ASSIGNMENT: Go through the records below and show every line with the string "VECTOR".

★ ★ ★ ★ ★

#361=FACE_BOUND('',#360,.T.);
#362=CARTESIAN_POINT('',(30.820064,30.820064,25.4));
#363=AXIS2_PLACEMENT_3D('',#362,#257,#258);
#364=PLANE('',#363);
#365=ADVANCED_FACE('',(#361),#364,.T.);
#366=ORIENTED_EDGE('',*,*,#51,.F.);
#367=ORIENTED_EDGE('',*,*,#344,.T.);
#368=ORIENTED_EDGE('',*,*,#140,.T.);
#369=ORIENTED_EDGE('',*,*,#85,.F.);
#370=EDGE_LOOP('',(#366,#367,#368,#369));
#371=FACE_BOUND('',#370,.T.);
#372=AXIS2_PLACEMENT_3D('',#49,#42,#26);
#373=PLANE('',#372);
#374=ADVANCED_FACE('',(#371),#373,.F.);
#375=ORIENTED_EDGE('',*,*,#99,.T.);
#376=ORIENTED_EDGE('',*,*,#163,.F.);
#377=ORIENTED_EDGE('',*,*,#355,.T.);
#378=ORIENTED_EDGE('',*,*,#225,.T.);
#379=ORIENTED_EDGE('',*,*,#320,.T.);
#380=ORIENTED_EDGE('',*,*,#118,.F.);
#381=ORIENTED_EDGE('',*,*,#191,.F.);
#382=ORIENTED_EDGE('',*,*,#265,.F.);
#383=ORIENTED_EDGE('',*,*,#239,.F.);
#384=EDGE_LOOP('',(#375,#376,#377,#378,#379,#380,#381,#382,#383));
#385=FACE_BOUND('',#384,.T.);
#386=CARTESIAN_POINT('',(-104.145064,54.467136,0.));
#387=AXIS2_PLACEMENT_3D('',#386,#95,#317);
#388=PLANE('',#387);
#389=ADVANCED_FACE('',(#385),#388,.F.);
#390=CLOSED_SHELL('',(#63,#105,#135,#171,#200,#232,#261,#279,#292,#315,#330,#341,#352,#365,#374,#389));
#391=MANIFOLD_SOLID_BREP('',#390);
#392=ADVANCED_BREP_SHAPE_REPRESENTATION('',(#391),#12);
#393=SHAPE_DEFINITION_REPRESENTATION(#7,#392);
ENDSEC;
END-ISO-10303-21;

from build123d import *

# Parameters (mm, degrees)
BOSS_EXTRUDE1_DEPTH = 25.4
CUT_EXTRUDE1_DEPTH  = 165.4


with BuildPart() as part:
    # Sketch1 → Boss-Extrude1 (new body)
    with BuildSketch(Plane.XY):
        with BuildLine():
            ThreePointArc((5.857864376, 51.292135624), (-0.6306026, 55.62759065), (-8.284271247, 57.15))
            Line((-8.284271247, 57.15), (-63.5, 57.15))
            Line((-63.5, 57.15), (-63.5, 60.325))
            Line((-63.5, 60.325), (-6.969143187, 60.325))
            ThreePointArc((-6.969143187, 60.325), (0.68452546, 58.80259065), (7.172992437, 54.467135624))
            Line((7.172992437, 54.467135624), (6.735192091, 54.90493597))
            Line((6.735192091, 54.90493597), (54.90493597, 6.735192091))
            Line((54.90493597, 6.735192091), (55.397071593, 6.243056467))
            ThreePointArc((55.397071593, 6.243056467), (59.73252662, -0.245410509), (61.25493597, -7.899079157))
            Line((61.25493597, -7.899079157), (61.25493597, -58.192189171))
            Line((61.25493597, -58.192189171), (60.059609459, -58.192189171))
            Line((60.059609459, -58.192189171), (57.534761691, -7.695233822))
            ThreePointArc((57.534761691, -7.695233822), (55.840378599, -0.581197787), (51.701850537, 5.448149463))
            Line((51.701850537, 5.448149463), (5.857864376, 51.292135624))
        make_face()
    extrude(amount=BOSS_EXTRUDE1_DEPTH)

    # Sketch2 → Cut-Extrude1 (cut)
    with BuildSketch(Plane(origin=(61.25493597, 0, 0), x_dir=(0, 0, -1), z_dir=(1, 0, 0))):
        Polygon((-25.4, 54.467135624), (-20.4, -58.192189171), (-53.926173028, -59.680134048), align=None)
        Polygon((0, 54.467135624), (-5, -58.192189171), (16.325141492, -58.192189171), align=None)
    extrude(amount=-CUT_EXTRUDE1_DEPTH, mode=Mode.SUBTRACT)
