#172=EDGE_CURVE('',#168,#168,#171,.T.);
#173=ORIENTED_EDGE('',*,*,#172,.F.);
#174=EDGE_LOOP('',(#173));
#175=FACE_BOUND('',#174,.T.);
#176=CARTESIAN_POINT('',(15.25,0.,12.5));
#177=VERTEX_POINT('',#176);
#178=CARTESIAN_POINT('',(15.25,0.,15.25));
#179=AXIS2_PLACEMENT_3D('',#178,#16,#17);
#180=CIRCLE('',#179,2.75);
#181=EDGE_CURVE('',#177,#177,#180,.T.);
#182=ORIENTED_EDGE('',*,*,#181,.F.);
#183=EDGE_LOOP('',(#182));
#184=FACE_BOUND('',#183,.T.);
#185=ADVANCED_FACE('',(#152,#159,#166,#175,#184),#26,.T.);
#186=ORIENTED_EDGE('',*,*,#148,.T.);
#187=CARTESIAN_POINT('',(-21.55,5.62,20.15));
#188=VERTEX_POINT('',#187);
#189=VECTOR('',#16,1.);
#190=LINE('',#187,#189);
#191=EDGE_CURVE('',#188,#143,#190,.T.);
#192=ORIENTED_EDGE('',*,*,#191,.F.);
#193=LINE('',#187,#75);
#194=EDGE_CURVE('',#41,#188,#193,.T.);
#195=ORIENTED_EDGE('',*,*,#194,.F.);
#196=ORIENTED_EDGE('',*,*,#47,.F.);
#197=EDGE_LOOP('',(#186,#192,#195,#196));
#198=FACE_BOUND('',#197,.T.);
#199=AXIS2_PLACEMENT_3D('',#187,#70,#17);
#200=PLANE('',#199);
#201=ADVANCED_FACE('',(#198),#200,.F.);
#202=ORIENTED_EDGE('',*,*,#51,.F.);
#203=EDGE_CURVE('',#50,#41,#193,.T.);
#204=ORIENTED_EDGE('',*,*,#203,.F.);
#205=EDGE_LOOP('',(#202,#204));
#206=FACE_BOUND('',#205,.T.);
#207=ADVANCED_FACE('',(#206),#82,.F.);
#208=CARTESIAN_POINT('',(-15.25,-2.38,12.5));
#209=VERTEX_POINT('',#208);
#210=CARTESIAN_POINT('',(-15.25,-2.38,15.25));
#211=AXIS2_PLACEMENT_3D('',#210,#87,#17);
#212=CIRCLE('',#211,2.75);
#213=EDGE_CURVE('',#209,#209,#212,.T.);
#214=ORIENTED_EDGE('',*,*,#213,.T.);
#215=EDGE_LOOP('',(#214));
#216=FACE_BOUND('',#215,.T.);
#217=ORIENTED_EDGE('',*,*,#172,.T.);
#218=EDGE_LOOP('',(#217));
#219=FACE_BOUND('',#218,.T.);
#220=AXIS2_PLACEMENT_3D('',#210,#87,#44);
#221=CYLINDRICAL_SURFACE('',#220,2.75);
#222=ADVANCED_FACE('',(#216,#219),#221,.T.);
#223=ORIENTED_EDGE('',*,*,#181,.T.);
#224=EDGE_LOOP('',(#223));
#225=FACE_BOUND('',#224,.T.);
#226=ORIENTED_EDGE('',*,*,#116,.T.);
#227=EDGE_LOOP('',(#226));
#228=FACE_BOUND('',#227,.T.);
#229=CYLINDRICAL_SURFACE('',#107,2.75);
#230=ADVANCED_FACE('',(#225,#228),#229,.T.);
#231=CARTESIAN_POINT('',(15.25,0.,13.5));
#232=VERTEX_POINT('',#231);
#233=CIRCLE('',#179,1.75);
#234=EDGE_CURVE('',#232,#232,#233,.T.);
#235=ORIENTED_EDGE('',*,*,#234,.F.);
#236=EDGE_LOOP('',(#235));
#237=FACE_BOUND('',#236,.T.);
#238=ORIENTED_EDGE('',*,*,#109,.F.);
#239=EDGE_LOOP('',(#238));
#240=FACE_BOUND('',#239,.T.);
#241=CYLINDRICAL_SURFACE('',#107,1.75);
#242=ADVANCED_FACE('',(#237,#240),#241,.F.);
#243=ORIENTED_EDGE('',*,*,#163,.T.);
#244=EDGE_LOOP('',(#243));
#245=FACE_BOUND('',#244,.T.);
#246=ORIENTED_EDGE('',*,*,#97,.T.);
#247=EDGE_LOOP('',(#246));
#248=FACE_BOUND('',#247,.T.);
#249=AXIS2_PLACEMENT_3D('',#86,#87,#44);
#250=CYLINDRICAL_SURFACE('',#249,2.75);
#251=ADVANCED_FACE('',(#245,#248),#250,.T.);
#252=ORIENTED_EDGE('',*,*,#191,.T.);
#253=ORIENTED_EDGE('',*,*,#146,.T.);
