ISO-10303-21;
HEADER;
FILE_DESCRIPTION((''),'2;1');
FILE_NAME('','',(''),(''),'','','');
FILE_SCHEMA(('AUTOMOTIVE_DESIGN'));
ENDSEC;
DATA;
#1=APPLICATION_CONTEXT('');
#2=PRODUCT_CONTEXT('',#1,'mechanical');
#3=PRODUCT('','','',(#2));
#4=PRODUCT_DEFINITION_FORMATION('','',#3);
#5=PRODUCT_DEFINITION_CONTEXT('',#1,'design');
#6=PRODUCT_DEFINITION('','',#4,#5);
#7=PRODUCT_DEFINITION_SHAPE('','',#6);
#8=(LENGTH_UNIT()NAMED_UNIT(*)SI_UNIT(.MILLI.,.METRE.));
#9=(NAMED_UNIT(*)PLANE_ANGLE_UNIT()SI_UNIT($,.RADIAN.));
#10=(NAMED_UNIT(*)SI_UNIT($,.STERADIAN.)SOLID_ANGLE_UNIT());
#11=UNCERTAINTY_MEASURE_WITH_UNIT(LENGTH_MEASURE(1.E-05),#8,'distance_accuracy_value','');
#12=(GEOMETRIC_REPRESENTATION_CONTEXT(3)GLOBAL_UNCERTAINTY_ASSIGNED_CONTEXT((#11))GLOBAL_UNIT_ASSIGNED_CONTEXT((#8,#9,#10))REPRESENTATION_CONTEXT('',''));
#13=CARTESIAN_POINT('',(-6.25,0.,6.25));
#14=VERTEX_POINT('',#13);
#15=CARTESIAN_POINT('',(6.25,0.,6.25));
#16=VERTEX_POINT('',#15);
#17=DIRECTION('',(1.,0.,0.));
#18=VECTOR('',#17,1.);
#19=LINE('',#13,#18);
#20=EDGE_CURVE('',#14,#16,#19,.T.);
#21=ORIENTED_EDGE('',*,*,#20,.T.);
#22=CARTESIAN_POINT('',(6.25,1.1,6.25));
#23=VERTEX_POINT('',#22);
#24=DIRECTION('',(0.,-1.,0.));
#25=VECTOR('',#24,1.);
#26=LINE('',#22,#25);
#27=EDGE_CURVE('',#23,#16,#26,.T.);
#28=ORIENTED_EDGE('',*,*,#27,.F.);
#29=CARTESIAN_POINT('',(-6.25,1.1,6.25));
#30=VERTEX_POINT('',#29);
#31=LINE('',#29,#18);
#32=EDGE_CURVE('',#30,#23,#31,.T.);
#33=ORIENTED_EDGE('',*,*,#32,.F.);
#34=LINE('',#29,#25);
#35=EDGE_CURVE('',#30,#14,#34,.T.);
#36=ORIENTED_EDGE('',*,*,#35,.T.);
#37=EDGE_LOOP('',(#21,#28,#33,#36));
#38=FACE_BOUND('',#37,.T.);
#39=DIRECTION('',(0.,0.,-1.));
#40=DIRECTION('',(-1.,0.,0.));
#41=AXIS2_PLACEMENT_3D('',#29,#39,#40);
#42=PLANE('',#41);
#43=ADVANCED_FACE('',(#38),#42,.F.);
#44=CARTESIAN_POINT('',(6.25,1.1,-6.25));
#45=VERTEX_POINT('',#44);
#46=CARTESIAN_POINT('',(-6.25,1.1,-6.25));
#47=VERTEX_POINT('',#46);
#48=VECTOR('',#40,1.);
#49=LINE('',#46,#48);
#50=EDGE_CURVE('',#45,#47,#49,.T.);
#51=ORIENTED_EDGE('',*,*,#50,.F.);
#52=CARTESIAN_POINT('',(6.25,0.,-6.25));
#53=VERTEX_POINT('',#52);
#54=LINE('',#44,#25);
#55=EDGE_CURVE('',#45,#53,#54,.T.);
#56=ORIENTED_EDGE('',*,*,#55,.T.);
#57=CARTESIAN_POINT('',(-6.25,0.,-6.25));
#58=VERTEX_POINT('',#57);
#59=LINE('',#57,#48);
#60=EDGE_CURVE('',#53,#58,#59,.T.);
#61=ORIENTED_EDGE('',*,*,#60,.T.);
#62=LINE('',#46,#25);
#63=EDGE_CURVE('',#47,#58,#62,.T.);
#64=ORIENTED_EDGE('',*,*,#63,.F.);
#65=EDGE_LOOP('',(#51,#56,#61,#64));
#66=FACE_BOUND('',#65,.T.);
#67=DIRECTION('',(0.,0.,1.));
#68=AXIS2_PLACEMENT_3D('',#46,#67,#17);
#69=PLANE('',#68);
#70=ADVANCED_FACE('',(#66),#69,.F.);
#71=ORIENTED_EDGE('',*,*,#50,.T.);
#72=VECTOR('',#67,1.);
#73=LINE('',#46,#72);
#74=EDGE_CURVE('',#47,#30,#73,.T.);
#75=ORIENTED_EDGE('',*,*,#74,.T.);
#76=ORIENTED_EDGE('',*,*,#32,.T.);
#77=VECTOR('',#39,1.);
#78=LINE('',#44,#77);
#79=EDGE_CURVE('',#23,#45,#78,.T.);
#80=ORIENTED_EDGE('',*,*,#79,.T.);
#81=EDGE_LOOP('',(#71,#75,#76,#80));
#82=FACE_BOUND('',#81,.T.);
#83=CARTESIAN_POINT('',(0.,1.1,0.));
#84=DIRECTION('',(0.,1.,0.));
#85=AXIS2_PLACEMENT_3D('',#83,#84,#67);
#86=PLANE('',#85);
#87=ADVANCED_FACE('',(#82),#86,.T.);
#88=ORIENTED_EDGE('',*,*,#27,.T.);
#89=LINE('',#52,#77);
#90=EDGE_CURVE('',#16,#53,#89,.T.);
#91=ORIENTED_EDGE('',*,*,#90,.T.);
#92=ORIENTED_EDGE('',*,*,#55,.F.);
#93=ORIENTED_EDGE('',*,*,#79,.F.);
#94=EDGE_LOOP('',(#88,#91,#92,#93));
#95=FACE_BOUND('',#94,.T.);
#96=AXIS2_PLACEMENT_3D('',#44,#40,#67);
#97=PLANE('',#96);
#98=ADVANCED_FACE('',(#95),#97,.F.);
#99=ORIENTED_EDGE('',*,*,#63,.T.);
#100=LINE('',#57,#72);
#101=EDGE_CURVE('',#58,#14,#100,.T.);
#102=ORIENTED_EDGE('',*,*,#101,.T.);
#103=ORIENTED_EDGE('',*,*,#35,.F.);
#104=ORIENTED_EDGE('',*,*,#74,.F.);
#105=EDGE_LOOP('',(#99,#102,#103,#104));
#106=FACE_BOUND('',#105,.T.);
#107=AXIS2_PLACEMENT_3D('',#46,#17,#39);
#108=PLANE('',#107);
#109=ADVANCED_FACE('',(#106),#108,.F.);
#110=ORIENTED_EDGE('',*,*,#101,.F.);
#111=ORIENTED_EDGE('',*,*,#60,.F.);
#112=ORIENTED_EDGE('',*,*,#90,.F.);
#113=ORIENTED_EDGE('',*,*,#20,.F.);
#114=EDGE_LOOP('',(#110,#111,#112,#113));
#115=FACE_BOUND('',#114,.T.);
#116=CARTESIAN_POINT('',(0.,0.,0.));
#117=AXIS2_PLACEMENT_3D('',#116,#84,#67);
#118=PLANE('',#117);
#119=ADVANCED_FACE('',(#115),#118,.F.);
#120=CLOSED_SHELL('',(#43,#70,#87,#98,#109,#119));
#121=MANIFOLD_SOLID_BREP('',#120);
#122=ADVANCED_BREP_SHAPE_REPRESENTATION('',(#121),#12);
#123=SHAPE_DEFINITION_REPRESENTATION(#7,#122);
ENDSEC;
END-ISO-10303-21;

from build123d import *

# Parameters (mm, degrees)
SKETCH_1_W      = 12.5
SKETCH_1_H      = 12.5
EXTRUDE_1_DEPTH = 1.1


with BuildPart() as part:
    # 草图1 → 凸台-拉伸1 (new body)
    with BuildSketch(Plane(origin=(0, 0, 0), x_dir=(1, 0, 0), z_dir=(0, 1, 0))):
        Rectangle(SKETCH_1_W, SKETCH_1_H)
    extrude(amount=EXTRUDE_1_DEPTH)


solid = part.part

★ ★ ★ ★ ★

THE ANSWER:
#189=VECTOR('',#16,1.);
#18=VECTOR('',#17,1.);
#25=VECTOR('',#24,1.);
#48=VECTOR('',#40,1.);
#72=VECTOR('',#67,1.);
#77=VECTOR('',#39,1.);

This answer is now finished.